Viral infection induces important changes in the exosome molecular signature, including the incorporation of miRNAs derived from the viral genome (referred to herein as vmiRNAs). Exosomal transfer of vmiRNAs was first described in 2010 [83,84,85] (Figure 2 and Table 1). Several recently published examples illustrate that vmiRNA can both positively or negatively regulate inflammatory responses depending on the type of viral infection. For instance, Epstein-Barr virus (EBV)-infected cells release vmiRNAs in exosomes, leading to signaling changes in neighboring cells [83,84], notably the repression of immune-related genes [84,86], which may facilitate viral persistence. Importantly, an EBV-derived vmiRNA transferred in exosomes (miR-BART15) targets the NLRP3 inflammasome gene and as a result, decreases the secretion of the proinflammatory cytokine IL-1β by uninfected cells [86]. Furthermore, EBV-infected B cells can transfer vmiRNAs to dendritic cells (DCs) and T cells [87,88], cell types that are not normally infected by EBV. This would therefore allow EBV to control inflammatory signaling in these cell types, in the absence of direct regulation by productive infection. Other EBV-derived vmiRNAs (miR-BART-1, miR-BART-2, miR-BART-3) similarly target host proteins involved in inflammation and are found in exosomes derived from EBV-infected cells [89,90,91,92,93,94] (Table 1), yet how they functionally regulate the neighboring cell function remains to be defined. Therefore, together these examples illustrate the existence of parallel regulation of a type of host response, inflammation, by different exosome-transferred vmiRNAs that are derived from a given viral genome (Table 1).
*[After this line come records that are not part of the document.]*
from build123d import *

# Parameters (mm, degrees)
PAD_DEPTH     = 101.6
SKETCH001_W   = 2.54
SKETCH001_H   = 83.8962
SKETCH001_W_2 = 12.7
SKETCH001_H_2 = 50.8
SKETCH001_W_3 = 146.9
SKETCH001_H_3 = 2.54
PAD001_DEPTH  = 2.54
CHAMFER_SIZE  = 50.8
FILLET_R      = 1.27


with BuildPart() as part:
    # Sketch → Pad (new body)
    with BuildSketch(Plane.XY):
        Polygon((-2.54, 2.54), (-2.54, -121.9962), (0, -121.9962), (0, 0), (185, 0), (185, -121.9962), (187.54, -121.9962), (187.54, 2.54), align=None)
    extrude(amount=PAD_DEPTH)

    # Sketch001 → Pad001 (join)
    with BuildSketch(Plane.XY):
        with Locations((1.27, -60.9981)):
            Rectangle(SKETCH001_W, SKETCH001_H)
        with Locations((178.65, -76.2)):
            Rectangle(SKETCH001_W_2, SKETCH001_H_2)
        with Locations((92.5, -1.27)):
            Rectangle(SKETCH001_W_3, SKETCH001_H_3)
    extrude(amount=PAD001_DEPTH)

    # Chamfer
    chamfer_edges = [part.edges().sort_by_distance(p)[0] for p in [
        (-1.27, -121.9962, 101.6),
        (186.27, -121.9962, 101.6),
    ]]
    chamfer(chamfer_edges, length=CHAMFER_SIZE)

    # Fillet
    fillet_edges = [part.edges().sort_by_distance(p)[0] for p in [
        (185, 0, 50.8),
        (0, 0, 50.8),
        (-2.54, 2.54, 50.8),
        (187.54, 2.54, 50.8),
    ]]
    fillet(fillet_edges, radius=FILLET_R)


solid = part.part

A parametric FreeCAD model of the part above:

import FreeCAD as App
import Part
import Sketcher
Q = App.Units.Quantity


def edges_at(feature, points):
    """Names of the edges that pass closest to the given points."""
    edges = feature.Shape.Edges
    near = lambda p: min(range(len(edges)), key=lambda i: edges[i].distToShape(Part.Vertex(*p))[0])
    return sorted({f"Edge{near(p) + 1}" for p in points})

doc = App.newDocument("Part")
body = doc.addObject("PartDesign::Body", "Body")

# Sketch on XY plane
sketch1 = body.newObject("Sketcher::SketchObject", "Sketch")
sketch1.AttachmentSupport = (doc.getObject("XY_Plane"), [""])
sketch1.MapMode = "FlatFace"
sketch1.addGeometry([
    Part.LineSegment(App.Vector(-2.5, 2.5, 0), App.Vector(-2.5, -122, 0)),  # 0
    Part.LineSegment(App.Vector(-2.5, -122, 0), App.Vector(0, -122, 0)),  # 1
    Part.LineSegment(App.Vector(0, -122, 0), App.Vector(0, 0, 0)),  # 2
    Part.LineSegment(App.Vector(0, 0, 0), App.Vector(185, 0, 0)),  # 3
    Part.LineSegment(App.Vector(185, 0, 0), App.Vector(185, -122, 0)),  # 4
    Part.LineSegment(App.Vector(185, -122, 0), App.Vector(187.5, -122, 0)),  # 5
    Part.LineSegment(App.Vector(187.5, -122, 0), App.Vector(187.5, 2.5, 0)),  # 6
    Part.LineSegment(App.Vector(187.5, 2.5, 0), App.Vector(-2.5, 2.5, 0)),  # 7
], False)
sketch1.addConstraint([
    Sketcher.Constraint("Coincident", 0, 2, 1, 1),
    Sketcher.Constraint("Coincident", 1, 2, 2, 1),
    Sketcher.Constraint("Coincident", 2, 2, 3, 1),
    Sketcher.Constraint("Coincident", 3, 2, 4, 1),
    Sketcher.Constraint("Coincident", 4, 2, 5, 1),
    Sketcher.Constraint("Coincident", 5, 2, 6, 1),
    Sketcher.Constraint("Coincident", 6, 2, 7, 1),
    Sketcher.Constraint("Coincident", 7, 2, 0, 1),
    Sketcher.Constraint("Vertical", 0),
    Sketcher.Constraint("Horizontal", 1),
    Sketcher.Constraint("Vertical", 2),
    Sketcher.Constraint("Horizontal", 3),
    Sketcher.Constraint("Vertical", 4),
    Sketcher.Constraint("Horizontal", 5),
    Sketcher.Constraint("Vertical", 6),
    Sketcher.Constraint("Horizontal", 7),
    Sketcher.Constraint("Coincident", 2, 2, -1, 1),
    Sketcher.Constraint("Horizontal", 1, 2, 4, 2),
    Sketcher.Constraint("Equal", 1, 5),
    Sketcher.Constraint("DistanceX", 1, 1, 1, 2, Q("0.1 in")),
    Sketcher.Constraint("DistanceY", -1, 1, 6, 2, Q("0.1 in")),
    Sketcher.Constraint("DistanceY", 0, 2, 0, 1, Q("4.903 in")),
    Sketcher.Constraint("DistanceX", 3, 1, 3, 2, 185.0),
])
pad1 = body.newObject("PartDesign::Pad", "Pad")
pad1.Profile = sketch1
pad1.Length = Q("4 in")

# Sketch on XY plane
sketch2 = body.newObject("Sketcher::SketchObject", "Sketch001")
sketch2.AttachmentSupport = (doc.getObject("XY_Plane"), [""])
sketch2.MapMode = "FlatFace"
sketch2.addGeometry([
    Part.LineSegment(App.Vector(0, -19.1, 0), App.Vector(0, -102.9, 0)),  # 0
    Part.LineSegment(App.Vector(0, -102.9, 0), App.Vector(2.5, -102.9, 0)),  # 1
    Part.LineSegment(App.Vector(2.5, -102.9, 0), App.Vector(2.5, -19.1, 0)),  # 2
    Part.LineSegment(App.Vector(2.5, -19.1, 0), App.Vector(0, -19.1, 0)),  # 3
    Part.LineSegment(App.Vector(172.3, -50.8, 0), App.Vector(172.3, -101.6, 0)),  # 4
    Part.LineSegment(App.Vector(172.3, -101.6, 0), App.Vector(185, -101.6, 0)),  # 5
    Part.LineSegment(App.Vector(185, -101.6, 0), App.Vector(185, -50.8, 0)),  # 6
    Part.LineSegment(App.Vector(185, -50.8, 0), App.Vector(172.3, -50.8, 0)),  # 7
    Part.LineSegment(App.Vector(19.1, 0, 0), App.Vector(19.1, -2.5, 0)),  # 8
    Part.LineSegment(App.Vector(19.1, -2.5, 0), App.Vector(165.9, -2.5, 0)),  # 9
    Part.LineSegment(App.Vector(165.9, -2.5, 0), App.Vector(165.9, 0, 0)),  # 10
    Part.LineSegment(App.Vector(165.9, 0, 0), App.Vector(19.1, 0, 0)),  # 11
], False)
sketch2.addConstraint([
    Sketcher.Constraint("Coincident", 0, 2, 1, 1),
    Sketcher.Constraint("Coincident", 1, 2, 2, 1),
    Sketcher.Constraint("Coincident", 2, 2, 3, 1),
    Sketcher.Constraint("Coincident", 3, 2, 0, 1),
    Sketcher.Constraint("Coincident", 4, 2, 5, 1),
    Sketcher.Constraint("Coincident", 5, 2, 6, 1),
    Sketcher.Constraint("Coincident", 6, 2, 7, 1),
    Sketcher.Constraint("Coincident", 7, 2, 4, 1),
    Sketcher.Constraint("Coincident", 8, 2, 9, 1),
    Sketcher.Constraint("Coincident", 9, 2, 10, 1),
    Sketcher.Constraint("Coincident", 10, 2, 11, 1),
    Sketcher.Constraint("Coincident", 11, 2, 8, 1),
    Sketcher.Constraint("Vertical", 0),
    Sketcher.Constraint("Horizontal", 1),
    Sketcher.Constraint("Vertical", 2),
    Sketcher.Constraint("Horizontal", 3),
    Sketcher.Constraint("Vertical", 4),
    Sketcher.Constraint("Horizontal", 5),
    Sketcher.Constraint("Vertical", 6),
    Sketcher.Constraint("Horizontal", 7),
    Sketcher.Constraint("Vertical", 8),
    Sketcher.Constraint("Horizontal", 9),
    Sketcher.Constraint("Vertical", 10),
    Sketcher.Constraint("Horizontal", 11),
    Sketcher.Constraint("PointOnObject", 0, 2, -2),
    Sketcher.Constraint("PointOnObject", 10, 2, -1),
    Sketcher.Constraint("Equal", 3, 8),
    Sketcher.Constraint("DistanceY", 4, 2, 4, 1, Q("2 in")),
    Sketcher.Constraint("DistanceX", 1, 1, 1, 2, Q("0.1 in")),
    Sketcher.Constraint("DistanceX", 5, 1, 5, 2, Q("0.5 in")),
    Sketcher.Constraint("DistanceY", 4, 2, -1, 1, Q("4 in")),
    Sketcher.Constraint("DistanceY", 0, 2, 0, 1, Q("3.303 in")),
    Sketcher.Constraint("DistanceY", 2, 2, -1, 1, Q("0.75 in")),
    Sketcher.Constraint("DistanceX", -1, 1, 8, 2, Q("0.75 in")),
    Sketcher.Constraint("DistanceX", 9, 2, 7, 2, Q("0.25 in")),
    Sketcher.Constraint("DistanceX", 9, 1, 9, 2, 146.9),
])
pad2 = body.newObject("PartDesign::Pad", "Pad001")
pad2.Profile = sketch2
pad2.Length = Q("0.1 in")
doc.recompute()

chamfer = body.newObject("PartDesign::Chamfer", "Chamfer")
chamfer.Base = (pad2, edges_at(pad2, [(-1.27, -121.996, 101.6), (186.27, -121.996, 101.6)]))
chamfer.Size = Q("2 in")
doc.recompute()

fillet = body.newObject("PartDesign::Fillet", "Fillet")
fillet.Base = (chamfer, edges_at(chamfer, [
    (185, 0, 50.8),
    (0, 0, 50.8),
    (-2.54, 2.54, 50.8),
    (187.54, 2.54, 50.8),
]))
fillet.Radius = Q("0.05 in")

doc.recompute()
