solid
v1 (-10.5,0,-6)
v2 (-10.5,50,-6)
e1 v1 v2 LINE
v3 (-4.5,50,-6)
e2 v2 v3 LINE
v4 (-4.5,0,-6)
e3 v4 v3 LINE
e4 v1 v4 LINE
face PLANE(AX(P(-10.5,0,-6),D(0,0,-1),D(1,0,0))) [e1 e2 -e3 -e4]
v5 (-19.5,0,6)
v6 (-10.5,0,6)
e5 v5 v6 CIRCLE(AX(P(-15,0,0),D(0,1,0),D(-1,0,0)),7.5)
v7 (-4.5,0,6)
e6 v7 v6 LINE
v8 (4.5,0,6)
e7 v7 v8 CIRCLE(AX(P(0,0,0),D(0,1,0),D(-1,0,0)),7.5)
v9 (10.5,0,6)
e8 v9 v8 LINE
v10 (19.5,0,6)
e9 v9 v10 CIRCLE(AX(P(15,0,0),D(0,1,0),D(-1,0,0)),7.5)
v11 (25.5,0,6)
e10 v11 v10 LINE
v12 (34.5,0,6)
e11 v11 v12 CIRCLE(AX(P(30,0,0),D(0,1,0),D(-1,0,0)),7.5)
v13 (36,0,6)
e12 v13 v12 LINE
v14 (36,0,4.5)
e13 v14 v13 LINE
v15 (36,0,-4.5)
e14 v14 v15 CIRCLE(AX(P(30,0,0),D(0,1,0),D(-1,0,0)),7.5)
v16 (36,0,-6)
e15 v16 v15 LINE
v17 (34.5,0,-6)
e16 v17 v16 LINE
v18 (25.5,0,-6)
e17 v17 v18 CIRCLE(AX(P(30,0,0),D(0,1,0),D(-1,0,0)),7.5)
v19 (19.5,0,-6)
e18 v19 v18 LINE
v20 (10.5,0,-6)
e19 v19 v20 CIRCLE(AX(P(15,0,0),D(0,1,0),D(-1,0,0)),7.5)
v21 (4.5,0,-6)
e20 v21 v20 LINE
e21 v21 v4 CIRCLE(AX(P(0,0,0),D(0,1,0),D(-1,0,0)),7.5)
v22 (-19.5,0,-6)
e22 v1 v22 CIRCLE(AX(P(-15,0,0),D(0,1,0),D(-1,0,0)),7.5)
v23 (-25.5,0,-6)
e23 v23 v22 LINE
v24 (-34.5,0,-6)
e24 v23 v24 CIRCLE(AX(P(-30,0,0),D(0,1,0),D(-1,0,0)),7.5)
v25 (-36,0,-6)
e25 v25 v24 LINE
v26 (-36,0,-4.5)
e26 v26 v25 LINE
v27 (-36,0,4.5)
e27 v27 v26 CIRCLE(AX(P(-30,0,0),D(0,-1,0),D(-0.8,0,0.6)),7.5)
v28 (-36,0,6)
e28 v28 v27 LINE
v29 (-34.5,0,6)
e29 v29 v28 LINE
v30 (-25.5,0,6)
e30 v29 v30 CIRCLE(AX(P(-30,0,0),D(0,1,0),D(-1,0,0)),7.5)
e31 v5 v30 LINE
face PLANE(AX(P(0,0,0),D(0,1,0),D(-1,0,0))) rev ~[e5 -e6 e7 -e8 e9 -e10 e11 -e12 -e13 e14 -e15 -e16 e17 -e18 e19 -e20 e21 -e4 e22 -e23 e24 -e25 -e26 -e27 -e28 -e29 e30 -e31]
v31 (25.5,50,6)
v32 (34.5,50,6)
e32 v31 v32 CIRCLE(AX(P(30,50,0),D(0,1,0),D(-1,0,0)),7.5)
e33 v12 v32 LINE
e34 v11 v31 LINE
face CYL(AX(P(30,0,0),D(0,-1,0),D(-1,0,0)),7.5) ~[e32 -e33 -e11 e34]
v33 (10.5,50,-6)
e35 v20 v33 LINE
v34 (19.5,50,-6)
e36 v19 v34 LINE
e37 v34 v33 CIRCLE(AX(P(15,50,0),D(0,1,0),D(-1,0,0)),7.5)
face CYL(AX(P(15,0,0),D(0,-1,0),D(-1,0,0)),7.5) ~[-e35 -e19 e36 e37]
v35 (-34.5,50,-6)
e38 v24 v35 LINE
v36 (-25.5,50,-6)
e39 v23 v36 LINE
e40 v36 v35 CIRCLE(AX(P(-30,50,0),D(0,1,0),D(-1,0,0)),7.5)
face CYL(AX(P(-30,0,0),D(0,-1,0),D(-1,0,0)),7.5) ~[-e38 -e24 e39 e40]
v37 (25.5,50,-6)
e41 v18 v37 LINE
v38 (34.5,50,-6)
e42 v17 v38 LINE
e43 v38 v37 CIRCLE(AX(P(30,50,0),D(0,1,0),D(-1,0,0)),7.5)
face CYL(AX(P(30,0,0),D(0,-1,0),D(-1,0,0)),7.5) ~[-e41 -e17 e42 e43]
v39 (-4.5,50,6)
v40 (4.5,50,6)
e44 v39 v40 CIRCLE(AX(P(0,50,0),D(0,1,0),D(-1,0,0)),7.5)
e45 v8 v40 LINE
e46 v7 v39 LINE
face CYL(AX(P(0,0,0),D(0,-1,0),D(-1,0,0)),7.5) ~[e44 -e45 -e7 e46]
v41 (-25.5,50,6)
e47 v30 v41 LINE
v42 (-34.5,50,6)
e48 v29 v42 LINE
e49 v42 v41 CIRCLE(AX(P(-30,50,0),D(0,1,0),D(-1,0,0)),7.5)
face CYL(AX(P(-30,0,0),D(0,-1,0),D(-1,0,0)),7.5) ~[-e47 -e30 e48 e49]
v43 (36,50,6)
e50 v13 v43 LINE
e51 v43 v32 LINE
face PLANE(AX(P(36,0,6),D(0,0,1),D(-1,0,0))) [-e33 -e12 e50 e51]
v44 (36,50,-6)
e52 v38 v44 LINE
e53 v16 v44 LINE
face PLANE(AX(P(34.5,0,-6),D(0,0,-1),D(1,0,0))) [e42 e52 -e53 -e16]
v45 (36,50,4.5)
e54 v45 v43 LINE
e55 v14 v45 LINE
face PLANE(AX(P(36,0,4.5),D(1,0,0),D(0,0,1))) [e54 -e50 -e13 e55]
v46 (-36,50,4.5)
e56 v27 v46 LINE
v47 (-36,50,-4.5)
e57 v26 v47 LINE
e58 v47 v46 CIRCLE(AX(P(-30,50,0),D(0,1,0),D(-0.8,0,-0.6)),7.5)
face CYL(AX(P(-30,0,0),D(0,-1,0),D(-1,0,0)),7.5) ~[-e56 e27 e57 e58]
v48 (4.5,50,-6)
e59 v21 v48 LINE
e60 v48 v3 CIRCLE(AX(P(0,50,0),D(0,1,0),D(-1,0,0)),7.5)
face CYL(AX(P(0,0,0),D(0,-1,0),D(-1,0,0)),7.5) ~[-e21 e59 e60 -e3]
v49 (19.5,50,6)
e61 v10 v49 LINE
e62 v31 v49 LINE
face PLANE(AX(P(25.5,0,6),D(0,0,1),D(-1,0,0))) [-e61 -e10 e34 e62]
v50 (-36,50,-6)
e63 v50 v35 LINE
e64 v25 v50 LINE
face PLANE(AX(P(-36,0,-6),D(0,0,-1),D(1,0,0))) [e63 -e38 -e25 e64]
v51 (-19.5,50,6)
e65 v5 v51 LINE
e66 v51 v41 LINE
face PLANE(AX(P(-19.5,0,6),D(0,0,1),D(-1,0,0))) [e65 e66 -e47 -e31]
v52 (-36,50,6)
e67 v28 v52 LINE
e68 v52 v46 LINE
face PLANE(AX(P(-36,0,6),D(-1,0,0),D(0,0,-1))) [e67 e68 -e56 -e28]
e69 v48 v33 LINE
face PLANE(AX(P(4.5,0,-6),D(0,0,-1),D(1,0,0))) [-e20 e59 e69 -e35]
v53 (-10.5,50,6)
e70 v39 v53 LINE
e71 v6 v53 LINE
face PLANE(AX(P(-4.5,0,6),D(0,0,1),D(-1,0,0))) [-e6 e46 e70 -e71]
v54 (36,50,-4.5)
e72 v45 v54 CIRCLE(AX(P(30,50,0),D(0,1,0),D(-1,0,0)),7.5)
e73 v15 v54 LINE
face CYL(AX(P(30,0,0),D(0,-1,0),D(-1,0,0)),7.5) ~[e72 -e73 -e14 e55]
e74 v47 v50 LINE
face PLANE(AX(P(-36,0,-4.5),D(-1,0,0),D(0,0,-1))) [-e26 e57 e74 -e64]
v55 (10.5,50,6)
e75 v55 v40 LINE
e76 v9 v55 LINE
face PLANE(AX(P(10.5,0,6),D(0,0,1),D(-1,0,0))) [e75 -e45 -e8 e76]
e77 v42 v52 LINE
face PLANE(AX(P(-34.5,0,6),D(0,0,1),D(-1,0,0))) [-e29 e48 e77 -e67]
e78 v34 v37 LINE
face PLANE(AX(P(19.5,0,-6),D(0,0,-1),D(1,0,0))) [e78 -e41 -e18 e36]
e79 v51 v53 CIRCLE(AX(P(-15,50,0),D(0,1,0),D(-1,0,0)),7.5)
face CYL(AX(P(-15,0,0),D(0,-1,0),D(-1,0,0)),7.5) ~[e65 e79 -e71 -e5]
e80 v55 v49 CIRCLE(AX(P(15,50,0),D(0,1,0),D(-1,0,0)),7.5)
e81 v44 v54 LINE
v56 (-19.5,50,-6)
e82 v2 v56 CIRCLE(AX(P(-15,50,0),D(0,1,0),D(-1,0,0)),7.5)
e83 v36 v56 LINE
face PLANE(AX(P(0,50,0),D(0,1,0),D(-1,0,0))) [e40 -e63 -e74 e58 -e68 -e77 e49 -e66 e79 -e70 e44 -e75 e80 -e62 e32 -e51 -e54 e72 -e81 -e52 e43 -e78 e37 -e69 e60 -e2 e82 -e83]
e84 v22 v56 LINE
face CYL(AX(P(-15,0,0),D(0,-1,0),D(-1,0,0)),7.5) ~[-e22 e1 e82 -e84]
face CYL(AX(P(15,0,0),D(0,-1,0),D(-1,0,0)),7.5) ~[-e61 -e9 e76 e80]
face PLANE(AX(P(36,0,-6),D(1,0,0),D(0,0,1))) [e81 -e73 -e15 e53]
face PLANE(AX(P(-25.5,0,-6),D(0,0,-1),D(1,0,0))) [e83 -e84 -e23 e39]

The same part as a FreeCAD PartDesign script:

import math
import FreeCAD as App
import Part
import Sketcher
Q = App.Units.Quantity

doc = App.newDocument("Part")
body = doc.addObject("PartDesign::Body", "Body")

# Sketch on XZ plane
sketch1 = doc.addObject("Sketcher::SketchObject", "Sketch")
body.addObject(sketch1)
sketch1.AttachmentSupport = (doc.XZ_Plane, [""])
sketch1.MapMode = "FlatFace"
sketch1.addGeometry(Part.LineSegment(App.Vector(25.5, -6, 0), App.Vector(19.5, -6, 0)), False)
sketch1.addGeometry(Part.ArcOfCircle(Part.Circle(App.Vector(15, 0, 0), App.Vector(0, 0, 1), 7.5), math.radians(-127), math.radians(-53)), False)
sketch1.addGeometry(Part.LineSegment(App.Vector(10.5, -6, 0), App.Vector(4.5, -6, 0)), False)
sketch1.addGeometry(Part.ArcOfCircle(Part.Circle(App.Vector(0, 0, 0), App.Vector(0, 0, 1), 7.5), math.radians(-127), math.radians(-53)), False)
sketch1.addGeometry(Part.LineSegment(App.Vector(-4.5, -6, 0), App.Vector(-10.5, -6, 0)), False)
sketch1.addGeometry(Part.ArcOfCircle(Part.Circle(App.Vector(-15, 0, 0), App.Vector(0, 0, 1), 7.5), math.radians(-127), math.radians(-53)), False)
sketch1.addGeometry(Part.LineSegment(App.Vector(-19.5, -6, 0), App.Vector(-25.5, -6, 0)), False)
sketch1.addGeometry(Part.ArcOfCircle(Part.Circle(App.Vector(-30, 0, 0), App.Vector(0, 0, 1), 7.5), math.radians(-127), math.radians(-53)), False)
sketch1.addGeometry(Part.LineSegment(App.Vector(-34.5, -6, 0), App.Vector(-36, -6, 0)), False)
sketch1.addGeometry(Part.LineSegment(App.Vector(-36, -6, 0), App.Vector(-36, -4.5, 0)), False)
sketch1.addGeometry(Part.ArcOfCircle(Part.Circle(App.Vector(-30, 0, 0), App.Vector(0, 0, 1), 7.5), math.radians(143), math.radians(217)), False)
sketch1.addGeometry(Part.LineSegment(App.Vector(-36, 4.5, 0), App.Vector(-36, 6, 0)), False)
sketch1.addGeometry(Part.LineSegment(App.Vector(-36, 6, 0), App.Vector(-34.5, 6, 0)), False)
Figure 2. Exosome-mediated transfer of host and viral components from infected to neighboring cells. Upon infection, the contents of exosomes produced by infected cells considerably change, in regards to host proteins, RNAs, and incorporation of micro RNAs derived from the host (miRNA) or from the viral genome (viral RNA, vmiRNA). The host- and virally-derived species present in exosomes are transferred to neighboring cells, where they can either activate or inhibit an array of different host signaling pathways. These exosome-mediated communications have a broad effect on the functionality of cells in the vicinity of infected cells, including on the cell types that are refractory to productive viral infection. The scheme displays a selection of different species transferred by exosomes known to affect the course of viral infection and/or pathogenesis by targeting inflammatory, antiviral (via viral restriction factors), apoptotic, and oncogenic pathways. Significant changes occur in the contents of host-derived mRNA and miRNAs that are encapsulated in exosomes upon viral infections yet, to date, the effect of these different RNA species on neighboring cells during a viral infection is incompletely understood.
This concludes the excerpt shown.